Saturday 28 September 2013

Agile Cambridge 2013 Day #2

Conference Cold. Every conference I attend seems to result in me getting ill. If you see me turning up next time in a mask, then you'll know why.

Conference Protection

Anyway, back to the writeup.

Change or be changed

Change. The ever-present moment of opportunity or terror that's been a staple of every company I've ever worked at. Janet Gregory explored the various types of change that occur in life.

Do you need or want to change? Sometimes you want to change (wouldn't it be great if I was fit?), but sometimes you have no choice(Your health is suffering, you have to get fit). Change can often bring new opportunities (Ford made cars, others wanted faster horses).

Towards the end, Janet highlighted some of the change models. I caught most of them, and I'll push them on my unbounded stack of reading material.

Making Sense of Systems Development

Cynefin. Kee - ne - fen. This is a word I've heard much about. And now I can pronounce it. It's a non-sense making framework (that was a cheap shot, sorry).

The workshop was well-run, and we classified situations as either:

  • Simple (the answer is clear, no need for analysis)
  • Complicated (solvable by an expert or process)
  • Complex (might know what to do better next time, hindsight)
  • Chaos (totally new, no idea how to do things)

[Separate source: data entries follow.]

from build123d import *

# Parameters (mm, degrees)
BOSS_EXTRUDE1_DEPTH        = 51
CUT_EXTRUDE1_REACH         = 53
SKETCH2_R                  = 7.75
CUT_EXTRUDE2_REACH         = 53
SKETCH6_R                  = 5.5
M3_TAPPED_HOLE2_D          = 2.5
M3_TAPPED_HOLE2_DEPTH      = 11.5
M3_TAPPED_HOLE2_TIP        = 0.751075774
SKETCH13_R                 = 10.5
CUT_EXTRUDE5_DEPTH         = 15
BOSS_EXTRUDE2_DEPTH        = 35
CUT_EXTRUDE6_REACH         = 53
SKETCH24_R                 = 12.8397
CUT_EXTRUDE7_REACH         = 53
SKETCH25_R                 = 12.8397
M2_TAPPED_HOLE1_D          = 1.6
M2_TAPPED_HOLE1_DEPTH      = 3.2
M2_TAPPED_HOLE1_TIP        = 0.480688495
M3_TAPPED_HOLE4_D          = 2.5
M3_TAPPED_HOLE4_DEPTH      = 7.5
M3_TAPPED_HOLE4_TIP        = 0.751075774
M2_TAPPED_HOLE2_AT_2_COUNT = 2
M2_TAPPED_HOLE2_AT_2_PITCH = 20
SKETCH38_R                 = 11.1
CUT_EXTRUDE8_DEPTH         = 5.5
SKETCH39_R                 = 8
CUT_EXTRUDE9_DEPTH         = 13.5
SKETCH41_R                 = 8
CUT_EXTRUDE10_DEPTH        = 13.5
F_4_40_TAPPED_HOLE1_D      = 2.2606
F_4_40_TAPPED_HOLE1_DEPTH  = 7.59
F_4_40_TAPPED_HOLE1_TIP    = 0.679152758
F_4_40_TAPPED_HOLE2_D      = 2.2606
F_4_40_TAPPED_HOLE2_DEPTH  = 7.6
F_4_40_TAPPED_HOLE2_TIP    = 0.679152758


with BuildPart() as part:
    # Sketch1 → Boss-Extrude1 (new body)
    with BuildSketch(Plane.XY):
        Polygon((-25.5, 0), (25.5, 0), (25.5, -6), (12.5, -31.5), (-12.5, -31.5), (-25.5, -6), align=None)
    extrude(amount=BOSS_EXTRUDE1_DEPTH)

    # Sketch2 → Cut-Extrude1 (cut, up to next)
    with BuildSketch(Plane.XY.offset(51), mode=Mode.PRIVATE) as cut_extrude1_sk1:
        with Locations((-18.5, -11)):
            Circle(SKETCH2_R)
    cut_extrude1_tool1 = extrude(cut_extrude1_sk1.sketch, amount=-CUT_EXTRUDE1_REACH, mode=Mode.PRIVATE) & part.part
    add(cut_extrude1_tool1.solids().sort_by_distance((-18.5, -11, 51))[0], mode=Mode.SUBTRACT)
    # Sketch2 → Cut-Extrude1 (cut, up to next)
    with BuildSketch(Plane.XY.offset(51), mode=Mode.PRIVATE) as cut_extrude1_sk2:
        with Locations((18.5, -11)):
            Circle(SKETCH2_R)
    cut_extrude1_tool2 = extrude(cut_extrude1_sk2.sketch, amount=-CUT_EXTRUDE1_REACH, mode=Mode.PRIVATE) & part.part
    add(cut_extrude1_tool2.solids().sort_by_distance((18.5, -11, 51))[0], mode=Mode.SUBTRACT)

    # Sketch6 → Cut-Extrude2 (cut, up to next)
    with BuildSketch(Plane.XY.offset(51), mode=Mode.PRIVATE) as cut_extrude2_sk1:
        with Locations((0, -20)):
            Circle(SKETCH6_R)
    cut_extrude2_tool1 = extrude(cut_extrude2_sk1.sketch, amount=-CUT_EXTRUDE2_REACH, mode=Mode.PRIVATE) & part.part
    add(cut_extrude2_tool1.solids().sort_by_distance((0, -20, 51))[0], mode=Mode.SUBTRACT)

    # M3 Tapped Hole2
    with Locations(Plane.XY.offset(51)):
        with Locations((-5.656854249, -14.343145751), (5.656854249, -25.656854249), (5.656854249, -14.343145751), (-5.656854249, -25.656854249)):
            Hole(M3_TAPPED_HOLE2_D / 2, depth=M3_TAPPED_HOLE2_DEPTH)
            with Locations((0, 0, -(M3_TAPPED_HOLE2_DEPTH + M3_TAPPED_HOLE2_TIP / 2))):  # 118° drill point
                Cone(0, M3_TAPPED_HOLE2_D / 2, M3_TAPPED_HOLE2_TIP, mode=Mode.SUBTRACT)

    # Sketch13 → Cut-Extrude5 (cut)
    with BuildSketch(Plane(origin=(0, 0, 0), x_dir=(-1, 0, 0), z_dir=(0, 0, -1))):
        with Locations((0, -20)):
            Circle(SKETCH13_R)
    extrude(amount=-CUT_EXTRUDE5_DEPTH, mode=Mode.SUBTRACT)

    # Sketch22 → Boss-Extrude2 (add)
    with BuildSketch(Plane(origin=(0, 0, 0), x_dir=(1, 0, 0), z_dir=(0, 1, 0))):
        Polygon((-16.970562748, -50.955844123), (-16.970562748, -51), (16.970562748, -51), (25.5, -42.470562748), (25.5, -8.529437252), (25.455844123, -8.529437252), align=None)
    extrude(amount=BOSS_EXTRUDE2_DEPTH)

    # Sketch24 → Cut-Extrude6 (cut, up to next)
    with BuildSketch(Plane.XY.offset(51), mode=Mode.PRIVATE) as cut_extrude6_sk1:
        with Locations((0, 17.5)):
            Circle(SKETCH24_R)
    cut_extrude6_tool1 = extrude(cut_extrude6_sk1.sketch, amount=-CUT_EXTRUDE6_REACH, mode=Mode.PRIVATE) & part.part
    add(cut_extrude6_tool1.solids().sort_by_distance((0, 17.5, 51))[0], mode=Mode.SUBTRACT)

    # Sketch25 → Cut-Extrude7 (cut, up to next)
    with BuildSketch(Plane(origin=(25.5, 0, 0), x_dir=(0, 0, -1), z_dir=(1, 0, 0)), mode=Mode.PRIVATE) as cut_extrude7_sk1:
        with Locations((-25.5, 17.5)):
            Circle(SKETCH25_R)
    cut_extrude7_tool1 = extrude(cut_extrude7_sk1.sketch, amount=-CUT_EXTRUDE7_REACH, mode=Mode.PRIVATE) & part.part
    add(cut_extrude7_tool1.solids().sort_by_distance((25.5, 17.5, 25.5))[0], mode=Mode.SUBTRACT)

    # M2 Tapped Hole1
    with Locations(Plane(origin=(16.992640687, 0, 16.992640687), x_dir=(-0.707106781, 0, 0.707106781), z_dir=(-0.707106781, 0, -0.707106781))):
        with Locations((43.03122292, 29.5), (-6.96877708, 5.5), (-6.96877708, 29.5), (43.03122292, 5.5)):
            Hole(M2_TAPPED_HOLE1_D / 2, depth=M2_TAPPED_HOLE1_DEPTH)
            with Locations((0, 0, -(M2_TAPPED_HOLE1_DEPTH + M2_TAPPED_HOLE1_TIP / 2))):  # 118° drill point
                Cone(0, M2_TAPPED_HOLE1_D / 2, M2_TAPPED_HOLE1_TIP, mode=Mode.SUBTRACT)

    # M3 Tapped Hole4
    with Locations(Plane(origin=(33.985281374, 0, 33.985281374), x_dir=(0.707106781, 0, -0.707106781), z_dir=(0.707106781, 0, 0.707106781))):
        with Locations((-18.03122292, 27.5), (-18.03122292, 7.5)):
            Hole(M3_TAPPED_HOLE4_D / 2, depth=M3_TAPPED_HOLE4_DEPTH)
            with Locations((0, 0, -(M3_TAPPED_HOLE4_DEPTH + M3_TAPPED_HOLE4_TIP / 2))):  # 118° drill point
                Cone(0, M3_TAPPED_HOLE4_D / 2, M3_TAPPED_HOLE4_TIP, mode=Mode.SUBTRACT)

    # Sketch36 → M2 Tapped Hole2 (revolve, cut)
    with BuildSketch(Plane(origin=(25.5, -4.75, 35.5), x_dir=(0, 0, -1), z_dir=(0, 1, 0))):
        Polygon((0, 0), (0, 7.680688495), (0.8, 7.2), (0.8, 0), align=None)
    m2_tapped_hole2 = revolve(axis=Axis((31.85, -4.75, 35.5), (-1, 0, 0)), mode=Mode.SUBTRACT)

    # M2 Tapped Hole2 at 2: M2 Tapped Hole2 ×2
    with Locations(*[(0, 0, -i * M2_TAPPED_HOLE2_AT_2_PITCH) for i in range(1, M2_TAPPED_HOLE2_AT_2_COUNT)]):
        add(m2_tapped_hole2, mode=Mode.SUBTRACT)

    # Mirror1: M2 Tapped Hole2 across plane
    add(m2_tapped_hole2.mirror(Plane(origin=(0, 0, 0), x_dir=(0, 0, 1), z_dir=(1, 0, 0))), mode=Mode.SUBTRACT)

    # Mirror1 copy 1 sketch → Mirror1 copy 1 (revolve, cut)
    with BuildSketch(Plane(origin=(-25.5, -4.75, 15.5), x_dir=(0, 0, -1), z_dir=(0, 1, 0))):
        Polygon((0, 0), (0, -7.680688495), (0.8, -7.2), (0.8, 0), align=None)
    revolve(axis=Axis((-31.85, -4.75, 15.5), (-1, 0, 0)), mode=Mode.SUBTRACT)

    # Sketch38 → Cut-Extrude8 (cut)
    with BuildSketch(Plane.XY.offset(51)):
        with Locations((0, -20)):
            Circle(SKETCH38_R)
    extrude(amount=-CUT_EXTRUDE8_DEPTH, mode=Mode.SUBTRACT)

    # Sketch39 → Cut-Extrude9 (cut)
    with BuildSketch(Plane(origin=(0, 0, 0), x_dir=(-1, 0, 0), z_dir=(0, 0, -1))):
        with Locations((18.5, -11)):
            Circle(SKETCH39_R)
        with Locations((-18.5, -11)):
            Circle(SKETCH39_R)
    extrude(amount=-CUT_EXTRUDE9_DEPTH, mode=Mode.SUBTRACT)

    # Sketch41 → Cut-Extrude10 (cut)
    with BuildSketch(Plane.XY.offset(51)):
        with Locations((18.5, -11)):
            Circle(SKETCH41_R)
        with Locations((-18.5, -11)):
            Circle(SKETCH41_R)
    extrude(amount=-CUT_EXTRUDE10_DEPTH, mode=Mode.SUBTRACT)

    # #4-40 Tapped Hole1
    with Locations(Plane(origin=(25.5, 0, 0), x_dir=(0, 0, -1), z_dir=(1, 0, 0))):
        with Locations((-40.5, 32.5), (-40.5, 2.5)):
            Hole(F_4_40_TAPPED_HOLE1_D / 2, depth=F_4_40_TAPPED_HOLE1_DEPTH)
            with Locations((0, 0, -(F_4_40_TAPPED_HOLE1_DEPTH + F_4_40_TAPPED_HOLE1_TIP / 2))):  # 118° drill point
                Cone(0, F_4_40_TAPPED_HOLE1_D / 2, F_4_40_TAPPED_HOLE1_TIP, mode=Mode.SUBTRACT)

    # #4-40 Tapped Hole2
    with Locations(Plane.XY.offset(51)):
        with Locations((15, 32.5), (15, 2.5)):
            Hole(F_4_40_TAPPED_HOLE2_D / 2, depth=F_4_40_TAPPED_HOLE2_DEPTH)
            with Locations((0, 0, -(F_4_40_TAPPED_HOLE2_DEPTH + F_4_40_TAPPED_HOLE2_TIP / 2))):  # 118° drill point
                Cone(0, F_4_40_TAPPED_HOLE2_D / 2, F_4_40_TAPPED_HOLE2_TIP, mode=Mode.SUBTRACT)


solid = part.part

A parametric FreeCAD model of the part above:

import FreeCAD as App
import Part
import Sketcher
from FreeCAD import Vector
Q = App.Units.Quantity


def add_polygon(sketch, points):
    """Adds a closed chain of lines whose ends are joined by coincident constraints."""
    first, n = sketch.GeometryCount, len(points)
    for a, b in zip(points, points[1:] + points[:1]):
        sketch.addGeometry(Part.LineSegment(App.Vector(*a, 0), App.Vector(*b, 0)), False)
    for i in range(n):
        sketch.addConstraint(Sketcher.Constraint("Coincident", first + i, 2, first + (i + 1) % n, 1))

doc = App.newDocument("Part")
body = doc.addObject("PartDesign::Body", "Body")

sketch1 = doc.addObject("Sketcher::SketchObject", "Sketch")
body.addObject(sketch1)
sketch1.AttachmentSupport = (doc.XY_Plane, [""])
sketch1.MapMode = "FlatFace"
add_polygon(sketch1, [(26, 0), (-26, 0), (-26, -6), (-12, -32), (12, -32), (26, -6)])
sketch1.addConstraint(Sketcher.Constraint("Horizontal", 0))
sketch1.addConstraint(Sketcher.Constraint("Vertical", 1))
sketch1.addConstraint(Sketcher.Constraint("Horizontal", 3))
sketch1.addConstraint(Sketcher.Constraint("Vertical", 5))
sketch1.addConstraint(Sketcher.Constraint("Symmetric", 0, 2, 5, 2, -1, 1))
sketch1.addConstraint(Sketcher.Constraint("Horizontal", 1, 2, 4, 2))
sketch1.addConstraint(Sketcher.Constraint("Equal", 2, 4))
sketch1.addConstraint(Sketcher.Constraint("DistanceX", 0, 2, 0, 1, 51.0))
sketch1.addConstraint(Sketcher.Constraint("DistanceX", 3, 1, 3, 2, 25.0))
sketch1.addConstraint(Sketcher.Constraint("DistanceY", 1, 2, 1, 1, 6.0))
sketch1.addConstraint(Sketcher.Constraint("DistanceY", 2, 2, -1, 1, 31.5))
pad1 = doc.addObject("PartDesign::Pad", "Pad")
body.addObject(pad1)
pad1.Profile = sketch1
pad1.Length = 51

sketch2 = doc.addObject("Sketcher::SketchObject", "Sketch001")
body.addObject(sketch2)
sketch2.AttachmentSupport = (doc.XY_Plane, [""])
sketch2.MapMode = "FlatFace"
sketch2.AttachmentOffset = App.Placement(Vector(0, 0, 51), App.Rotation())
sketch2.addGeometry(Part.Circle(Vector(-18, -11, 0), Vector(0, 0, 1), 8), False)
sketch2.addConstraint(Sketcher.Constraint("Diameter", 0, 15.5))
sketch2.addConstraint(Sketcher.Constraint("DistanceY", 0, 3, -1, 1, 11.0))
sketch2.addConstraint(Sketcher.Constraint("DistanceX", 0, 3, -1, 1, 18.5))
pocket1 = doc.addObject("PartDesign::Pocket", "Pocket")
body.addObject(pocket1)
pocket1.Profile = sketch2
pocket1.Type = "UpToFirst"

sketch3 = doc.addObject("Sketcher::SketchObject", "Sketch002")
body.addObject(sketch3)
sketch3.AttachmentSupport = (doc.XY_Plane, [""])
sketch3.MapMode = "FlatFace"
sketch3.AttachmentOffset = App.Placement(Vector(0, 0, 51), App.Rotation())
sketch3.addGeometry(Part.Circle(Vector(18, -11, 0), Vector(0, 0, 1), 8), False)
sketch3.addConstraint(Sketcher.Constraint("Diameter", 0, 15.5))
sketch3.addConstraint(Sketcher.Constraint("DistanceY", 0, 3, -1, 1, 11.0))
sketch3.addConstraint(Sketcher.Constraint("DistanceX", -1, 1, 0, 3, 18.5))
pocket2 = doc.addObject("PartDesign::Pocket", "Pocket001")
body.addObject(pocket2)
pocket2.Profile = sketch3
pocket2.Type = "UpToFirst"

sketch4 = doc.addObject("Sketcher::SketchObject", "Sketch003")
body.addObject(sketch4)
sketch4.AttachmentSupport = (doc.XY_Plane, [""])
sketch4.MapMode = "FlatFace"
sketch4.AttachmentOffset = App.Placement(Vector(0, 0, 51), App.Rotation())
sketch4.addGeometry(Part.Circle(Vector(0, -20, 0), Vector(0, 0, 1), 6), False)
sketch4.addConstraint(Sketcher.Constraint("PointOnObject", 0, 3, -2))
sketch4.addConstraint(Sketcher.Constraint("Diameter", 0, 11.0))
sketch4.addConstraint(Sketcher.Constraint("DistanceY", 0, 3, -1, 1, 20.0))
pocket3 = doc.addObject("PartDesign::Pocket", "Pocket002")
body.addObject(pocket3)
pocket3.Profile = sketch4
pocket3.Type = "UpToFirst"

sketch5 = doc.addObject("Sketcher::SketchObject", "Sketch004")
body.addObject(sketch5)
sketch5.AttachmentSupport = (doc.XY_Plane, [""])
sketch5.MapMode = "FlatFace"
sketch5.AttachmentOffset = App.Placement(Vector(0, 0, 51), App.Rotation())
sketch5.addGeometry(Part.Circle(Vector(-5.7, -14.3, 0), Vector(0, 0, 1), 1.2), False)
sketch5.addGeometry(Part.Circle(Vector(5.7, -25.7, 0), Vector(0, 0, 1), 1.2), False)
sketch5.addGeometry(Part.Circle(Vector(5.7, -14.3, 0), Vector(0, 0, 1), 1.2), False)
sketch5.addGeometry(Part.Circle(Vector(-5.7, -25.7, 0), Vector(0, 0, 1), 1.2), False)
sketch5.addConstraint(Sketcher.Constraint("Equal", 0, 1))
sketch5.addConstraint(Sketcher.Constraint("Equal", 1, 2))
sketch5.addConstraint(Sketcher.Constraint("Equal", 2, 3))
sketch5.addConstraint(Sketcher.Constraint("Symmetric", 0, 3, 2, 3, -2))
sketch5.addConstraint(Sketcher.Constraint("Symmetric", 1, 3, 3, 3, -2))
sketch5.addConstraint(Sketcher.Constraint("Vertical", 1, 3, 2, 3))
sketch5.addConstraint(Sketcher.Constraint("Diameter", 0, 2.5))
sketch5.addConstraint(Sketcher.Constraint("DistanceX", 0, 3, 1, 3, 11.313708))
sketch5.addConstraint(Sketcher.Constraint("DistanceY", 1, 3, 0, 3, 11.313708))
sketch5.addConstraint(Sketcher.Constraint("DistanceY", 0, 3, -1, 1, 14.343146))
doc.recompute()
hole = doc.addObject("PartDesign::Hole", "Hole")
body.addObject(hole)
hole.Profile = sketch5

There's something about this classification that feels familiar. Learning a new subject traverses from chaos (I've no idea what I'm doing!) to complicated, through complex and then finally simple (unconscious competence) and I can see how it would be a useful tool in the armoury. I didn't see anything that fundamentally changed my opinion (maybe something will click later?)

I'm very sceptical of things you have to pay for to understand (see ScrumMaster courses, Agile certification, Scientology and from the looks of it Cynefin.). I coin Jeff's law:

Blurring the Lines

Chris George presented on blurring the lines. The central premise is that by putting walls between dev and test, we've suffered. By breaking down these walls, we can produce better software.

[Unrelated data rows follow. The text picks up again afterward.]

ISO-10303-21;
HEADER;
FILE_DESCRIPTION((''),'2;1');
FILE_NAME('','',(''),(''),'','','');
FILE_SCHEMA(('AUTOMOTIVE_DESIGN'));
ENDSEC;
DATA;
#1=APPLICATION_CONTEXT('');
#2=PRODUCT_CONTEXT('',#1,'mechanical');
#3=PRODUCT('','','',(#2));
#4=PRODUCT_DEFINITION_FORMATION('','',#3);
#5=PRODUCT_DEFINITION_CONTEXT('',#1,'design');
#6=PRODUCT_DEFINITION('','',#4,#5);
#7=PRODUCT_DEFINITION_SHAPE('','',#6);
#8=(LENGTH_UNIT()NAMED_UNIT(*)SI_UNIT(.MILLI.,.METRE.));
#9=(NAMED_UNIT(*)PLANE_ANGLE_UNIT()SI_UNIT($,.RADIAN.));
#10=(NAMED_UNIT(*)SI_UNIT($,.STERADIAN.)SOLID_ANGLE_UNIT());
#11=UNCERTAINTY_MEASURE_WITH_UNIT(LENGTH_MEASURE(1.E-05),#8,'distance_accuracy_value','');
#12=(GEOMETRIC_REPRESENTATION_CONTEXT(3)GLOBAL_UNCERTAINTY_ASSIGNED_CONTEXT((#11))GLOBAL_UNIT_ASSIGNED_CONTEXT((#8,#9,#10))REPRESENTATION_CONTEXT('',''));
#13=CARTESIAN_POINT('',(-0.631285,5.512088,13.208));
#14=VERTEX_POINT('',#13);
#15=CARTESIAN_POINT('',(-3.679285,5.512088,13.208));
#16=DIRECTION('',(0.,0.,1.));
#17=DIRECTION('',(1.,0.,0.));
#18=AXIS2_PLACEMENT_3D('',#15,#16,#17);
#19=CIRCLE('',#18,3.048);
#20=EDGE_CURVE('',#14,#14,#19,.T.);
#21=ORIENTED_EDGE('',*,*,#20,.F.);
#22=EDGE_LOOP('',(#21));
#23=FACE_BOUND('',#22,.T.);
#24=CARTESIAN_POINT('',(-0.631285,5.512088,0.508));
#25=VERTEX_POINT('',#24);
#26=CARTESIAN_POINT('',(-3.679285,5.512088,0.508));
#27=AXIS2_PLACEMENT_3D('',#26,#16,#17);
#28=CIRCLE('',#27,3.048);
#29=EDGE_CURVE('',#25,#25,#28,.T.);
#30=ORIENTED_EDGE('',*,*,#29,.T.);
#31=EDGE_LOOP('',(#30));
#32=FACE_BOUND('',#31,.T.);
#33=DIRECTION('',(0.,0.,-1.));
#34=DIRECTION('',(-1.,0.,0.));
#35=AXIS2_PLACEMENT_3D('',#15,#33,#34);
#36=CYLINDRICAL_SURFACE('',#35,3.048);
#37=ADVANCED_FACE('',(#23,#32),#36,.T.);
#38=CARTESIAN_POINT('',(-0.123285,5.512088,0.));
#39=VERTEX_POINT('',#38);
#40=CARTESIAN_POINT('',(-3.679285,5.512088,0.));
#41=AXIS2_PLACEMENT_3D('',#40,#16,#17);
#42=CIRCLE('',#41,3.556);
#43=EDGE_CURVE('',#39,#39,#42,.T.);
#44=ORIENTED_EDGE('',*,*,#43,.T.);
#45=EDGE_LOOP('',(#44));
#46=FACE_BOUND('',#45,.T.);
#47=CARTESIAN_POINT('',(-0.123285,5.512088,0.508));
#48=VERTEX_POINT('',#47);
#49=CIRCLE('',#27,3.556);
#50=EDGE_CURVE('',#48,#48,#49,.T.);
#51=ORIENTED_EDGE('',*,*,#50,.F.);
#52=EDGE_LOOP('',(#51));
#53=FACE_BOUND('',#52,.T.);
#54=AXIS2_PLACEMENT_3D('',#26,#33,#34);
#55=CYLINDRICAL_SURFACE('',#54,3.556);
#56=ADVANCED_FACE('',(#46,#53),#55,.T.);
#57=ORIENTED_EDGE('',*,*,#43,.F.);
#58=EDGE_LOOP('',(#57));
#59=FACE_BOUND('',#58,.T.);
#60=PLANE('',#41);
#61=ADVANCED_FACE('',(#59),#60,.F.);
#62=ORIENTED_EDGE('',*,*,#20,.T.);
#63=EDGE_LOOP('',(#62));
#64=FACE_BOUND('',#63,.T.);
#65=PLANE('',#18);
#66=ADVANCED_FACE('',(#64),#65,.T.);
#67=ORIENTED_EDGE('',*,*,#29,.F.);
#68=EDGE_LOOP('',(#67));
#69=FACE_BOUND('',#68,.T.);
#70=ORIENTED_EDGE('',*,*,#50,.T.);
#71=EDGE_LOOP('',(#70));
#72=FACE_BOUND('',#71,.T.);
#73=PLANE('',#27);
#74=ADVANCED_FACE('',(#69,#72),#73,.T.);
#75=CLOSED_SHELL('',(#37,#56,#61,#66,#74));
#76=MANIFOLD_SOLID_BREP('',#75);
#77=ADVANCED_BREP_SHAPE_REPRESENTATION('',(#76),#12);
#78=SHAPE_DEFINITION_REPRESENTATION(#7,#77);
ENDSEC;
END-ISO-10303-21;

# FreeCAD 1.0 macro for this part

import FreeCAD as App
import Part
import Sketcher
from FreeCAD import Vector
Q = App.Units.Quantity

doc = App.newDocument("Part")
body = doc.addObject("PartDesign::Body", "Body")

sketch1 = body.newObject("Sketcher::SketchObject", "Sketch")
sketch1.AttachmentSupport = (doc.getObject("XY_Plane"), [""])
sketch1.MapMode = "FlatFace"
sketch1.addGeometry(Part.Circle(Vector(-3.7, 5.5, 0), Vector(0, 0, 1), 3.6), False)
sketch1.addConstraint([
    Sketcher.Constraint("Diameter", 0, Q("0.28 in")),
    Sketcher.Constraint("DistanceY", -1, 1, 0, 3, Q("5.512088 mm")),
    Sketcher.Constraint("DistanceX", 0, 3, -1, 1, Q("3.679285 mm")),
])
pad1 = body.newObject("PartDesign::Pad", "Pad")
pad1.Profile = sketch1
pad1.Length = Q("0.02 in")

sketch2 = body.newObject("Sketcher::SketchObject", "Sketch001")
sketch2.AttachmentSupport = (doc.getObject("XY_Plane"), [""])
sketch2.MapMode = "FlatFace"
sketch2.AttachmentOffset = App.Placement(Vector(0, 0, 0.02 * 25.4), App.Rotation())
sketch2.addGeometry(Part.Circle(Vector(-3.7, 5.5, 0), Vector(0, 0, 1), 3), False)
sketch2.addConstraint([
    Sketcher.Constraint("Diameter", 0, Q("0.24 in")),
    Sketcher.Constraint("DistanceY", -1, 1, 0, 3, Q("5.512088 mm")),
    Sketcher.Constraint("DistanceX", 0, 3, -1, 1, Q("3.679285 mm")),
])
pad2 = body.newObject("PartDesign::Pad", "Pad001")
pad2.Profile = sketch2
pad2.Length = Q("0.5 in")

doc.recompute()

Chris references one of my favourite papers, the 1968 NATO Report on Software Engineering and starts by introducing a quote by Alan Perlis along the lines of "testing is a process best undertook throughout the product life cycle".

Dedicated testing departments split this process, introducing artificial communication barriers which (due to Conway's Law) resulted in a split between development and test. Chris looked at breaking down this wall and merging the roles of test and development and the positive effects it had on his team.

This was a theme revisited by Chris Matts in the next days key-note. There's something I don't quite agree with from both talks, namely that it assumes that people are fungible resources. More to come on this, once I get my thoughts together.

The Open Session

Due to the conference flu, a number of speakers dropped out at the last-minute. Huge kudos to the organizers for managing to fill sessions at the last minute with interesting and relevant content. The final session of the day was an open session organized by Simon and Ryan.

Our group discussed controversial opinions.

I'm not sure we tried hard enough to rock the boat!